Authored by scottph on Aug 20 2020, 6:52 AM.

Details

Summary

On an Ampere Altra system, the physical memory is populated
sparsely within the physical address space, with only about 0.4%
of physical addresses backed by RAM in the range [0, last_pa].

This is causing the vm_reserv_array to be over-sized by a few
orders of magnitude, wasting roughly 5 GiB on a system with
256 GiB of RAM.

The sparse allocation of vm_reserv_array is controlled by defining
VM_PHYSSEG_SPARSE, with the dense allocation still remaining for
platforms with VM_PHYSSEG_DENSE.

MFC after: 1 week
Sponsored by: Ampere Computing, Inc.

Diff Detail

Repository
rS FreeBSD src repository
Lint
Automatic diff as part of commit; lint not applicable.
Unit
Automatic diff as part of commit; unit tests not applicable.

Event Timeline

Instead of modifying vm_phys.c to have some knowledge of superpage reservations, could we instead allocation a reservation array per vm_phys_seg, at least in the VM_PHYSSEG_SPARSE case?
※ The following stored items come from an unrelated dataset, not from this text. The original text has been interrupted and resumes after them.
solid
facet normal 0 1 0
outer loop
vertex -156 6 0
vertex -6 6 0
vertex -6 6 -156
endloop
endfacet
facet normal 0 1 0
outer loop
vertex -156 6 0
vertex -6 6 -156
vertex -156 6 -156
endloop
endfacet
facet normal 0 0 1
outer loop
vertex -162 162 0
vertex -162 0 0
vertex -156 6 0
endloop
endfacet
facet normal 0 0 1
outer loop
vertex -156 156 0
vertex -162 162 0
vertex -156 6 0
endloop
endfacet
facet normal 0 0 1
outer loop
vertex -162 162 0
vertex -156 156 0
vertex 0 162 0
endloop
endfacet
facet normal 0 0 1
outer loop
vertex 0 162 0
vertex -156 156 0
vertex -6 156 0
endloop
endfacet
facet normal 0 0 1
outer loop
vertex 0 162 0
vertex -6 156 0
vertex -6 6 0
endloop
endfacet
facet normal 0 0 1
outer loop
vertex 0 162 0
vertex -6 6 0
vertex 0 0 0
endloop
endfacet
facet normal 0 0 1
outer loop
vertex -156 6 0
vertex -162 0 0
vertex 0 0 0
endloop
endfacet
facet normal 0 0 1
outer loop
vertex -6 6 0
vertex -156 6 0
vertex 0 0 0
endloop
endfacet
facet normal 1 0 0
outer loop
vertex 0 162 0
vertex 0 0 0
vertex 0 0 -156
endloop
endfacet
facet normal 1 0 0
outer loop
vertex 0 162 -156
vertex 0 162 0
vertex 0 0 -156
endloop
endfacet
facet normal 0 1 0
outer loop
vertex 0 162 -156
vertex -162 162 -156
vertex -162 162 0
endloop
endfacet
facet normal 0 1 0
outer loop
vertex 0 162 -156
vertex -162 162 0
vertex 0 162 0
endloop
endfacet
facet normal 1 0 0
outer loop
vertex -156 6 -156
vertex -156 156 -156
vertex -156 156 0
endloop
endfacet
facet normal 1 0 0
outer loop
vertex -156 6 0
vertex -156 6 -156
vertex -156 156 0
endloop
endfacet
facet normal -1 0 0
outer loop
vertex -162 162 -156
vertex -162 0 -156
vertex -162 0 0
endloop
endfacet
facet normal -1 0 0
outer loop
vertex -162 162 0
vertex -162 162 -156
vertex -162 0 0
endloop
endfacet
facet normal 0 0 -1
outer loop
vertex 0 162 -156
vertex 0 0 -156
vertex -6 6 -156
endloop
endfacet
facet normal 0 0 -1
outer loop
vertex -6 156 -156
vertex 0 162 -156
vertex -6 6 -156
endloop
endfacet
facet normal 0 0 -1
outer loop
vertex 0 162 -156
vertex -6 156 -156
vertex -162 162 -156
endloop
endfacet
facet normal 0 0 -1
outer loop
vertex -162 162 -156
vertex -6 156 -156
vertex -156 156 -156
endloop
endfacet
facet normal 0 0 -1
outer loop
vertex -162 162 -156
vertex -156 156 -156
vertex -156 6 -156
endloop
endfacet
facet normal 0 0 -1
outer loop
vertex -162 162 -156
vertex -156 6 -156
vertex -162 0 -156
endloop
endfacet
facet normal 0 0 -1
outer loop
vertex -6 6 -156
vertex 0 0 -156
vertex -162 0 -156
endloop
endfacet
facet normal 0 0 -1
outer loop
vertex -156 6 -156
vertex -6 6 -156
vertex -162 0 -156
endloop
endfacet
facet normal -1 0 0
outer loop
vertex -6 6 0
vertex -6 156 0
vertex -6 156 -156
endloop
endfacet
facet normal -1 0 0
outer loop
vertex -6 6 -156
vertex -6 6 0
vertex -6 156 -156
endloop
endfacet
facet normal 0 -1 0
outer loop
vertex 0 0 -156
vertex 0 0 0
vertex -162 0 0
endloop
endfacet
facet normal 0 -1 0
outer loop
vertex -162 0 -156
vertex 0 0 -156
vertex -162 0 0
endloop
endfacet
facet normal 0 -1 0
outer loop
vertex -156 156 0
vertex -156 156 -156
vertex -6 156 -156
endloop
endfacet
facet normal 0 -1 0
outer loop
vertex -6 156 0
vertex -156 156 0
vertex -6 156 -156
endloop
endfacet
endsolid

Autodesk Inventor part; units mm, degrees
ref_plane "YZ Plane" through (0, 0, 0) normal (1, 0, 0) x (0, 1, 0)
ref_plane "XZ Plane" through (0, 0, 0) normal (0, 1, 0) x (-1, 0, 0)
ref_plane "XY Plane" through (0, 0, 0) normal (0, 0, 1) x (1, 0, 0)
sketch "Sketch1" plane through (0, 0, 0) normal (0, 1, 0) x (-1, 0, 0)
  line L0 (0, 0) -> (162, 0)
  line L1 (162, 0) -> (162, -156)
  line L2 (162, -156) -> (0, -156)
  line L3 (0, -156) -> (0, 0)
  dimension "d0" = 162
  dimension "d1" = 156
extrude "Extrusion1" add sketch "Sketch1" along normal blind 6
sketch "Sketch3" plane through (0, 0, 0) normal (1, 0, 0) x (0, 0, -1)
  line L0 (156, 6) -> (0, 6) projected
  line L1 (0, 6) -> (156, 6)
  line L2 (156, 6) -> (156, 156)
  line L3 (156, 156) -> (0, 156)
  line L4 (0, 156) -> (0, 6)
  point P0 (0, 0)
  dimension "d4" = 150
extrude "Extrusion2" add sketch "Sketch3" against normal blind 6
sketch "Sketch4" plane through (-162, 0, -156) normal (-1, 0, 0) x (0, 0, 1)
  line L0 (0, 6) -> (156, 6) projected
  line L1 (156, 156) -> (0, 156) projected
  line L2 (0, 6) -> (156, 6)
  line L3 (156, 6) -> (156, 156)
  line L4 (156, 156) -> (0, 156)
  line L5 (0, 156) -> (0, 6)
  point P0 (156, 0)
extrude "Extrusion3" add sketch "Sketch4" against normal blind 6
sketch "Sketch5" plane through (-162, 156, 0) normal (0, 1, 0) x (1, 0, 0)
  line L0 (0, 156) -> (0, 0) projected
  line L1 (162, 156) -> (0, 156)
  line L2 (0, 156) -> (0, 0)
  line L3 (0, 0) -> (162, 0)
  line L4 (162, 0) -> (162, 156)
  point P0 (162, 0)
extrude "Extrusion4" add sketch "Sketch5" along normal blind 6
properties part number "Estacion" material "Wood (Cherry)"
I think that would keep the layering clean, and make it easy to solve the issue I pointed out in vm_reserv_from_page().

sys/vm/vm_reserv.c
1 ↗(On Diff #76018)

Stray newline.

503 ↗(On Diff #76018)

So here we are going to loop over the phys_seg array, but the vm_page already contains the segment index for the segment to which it belongs.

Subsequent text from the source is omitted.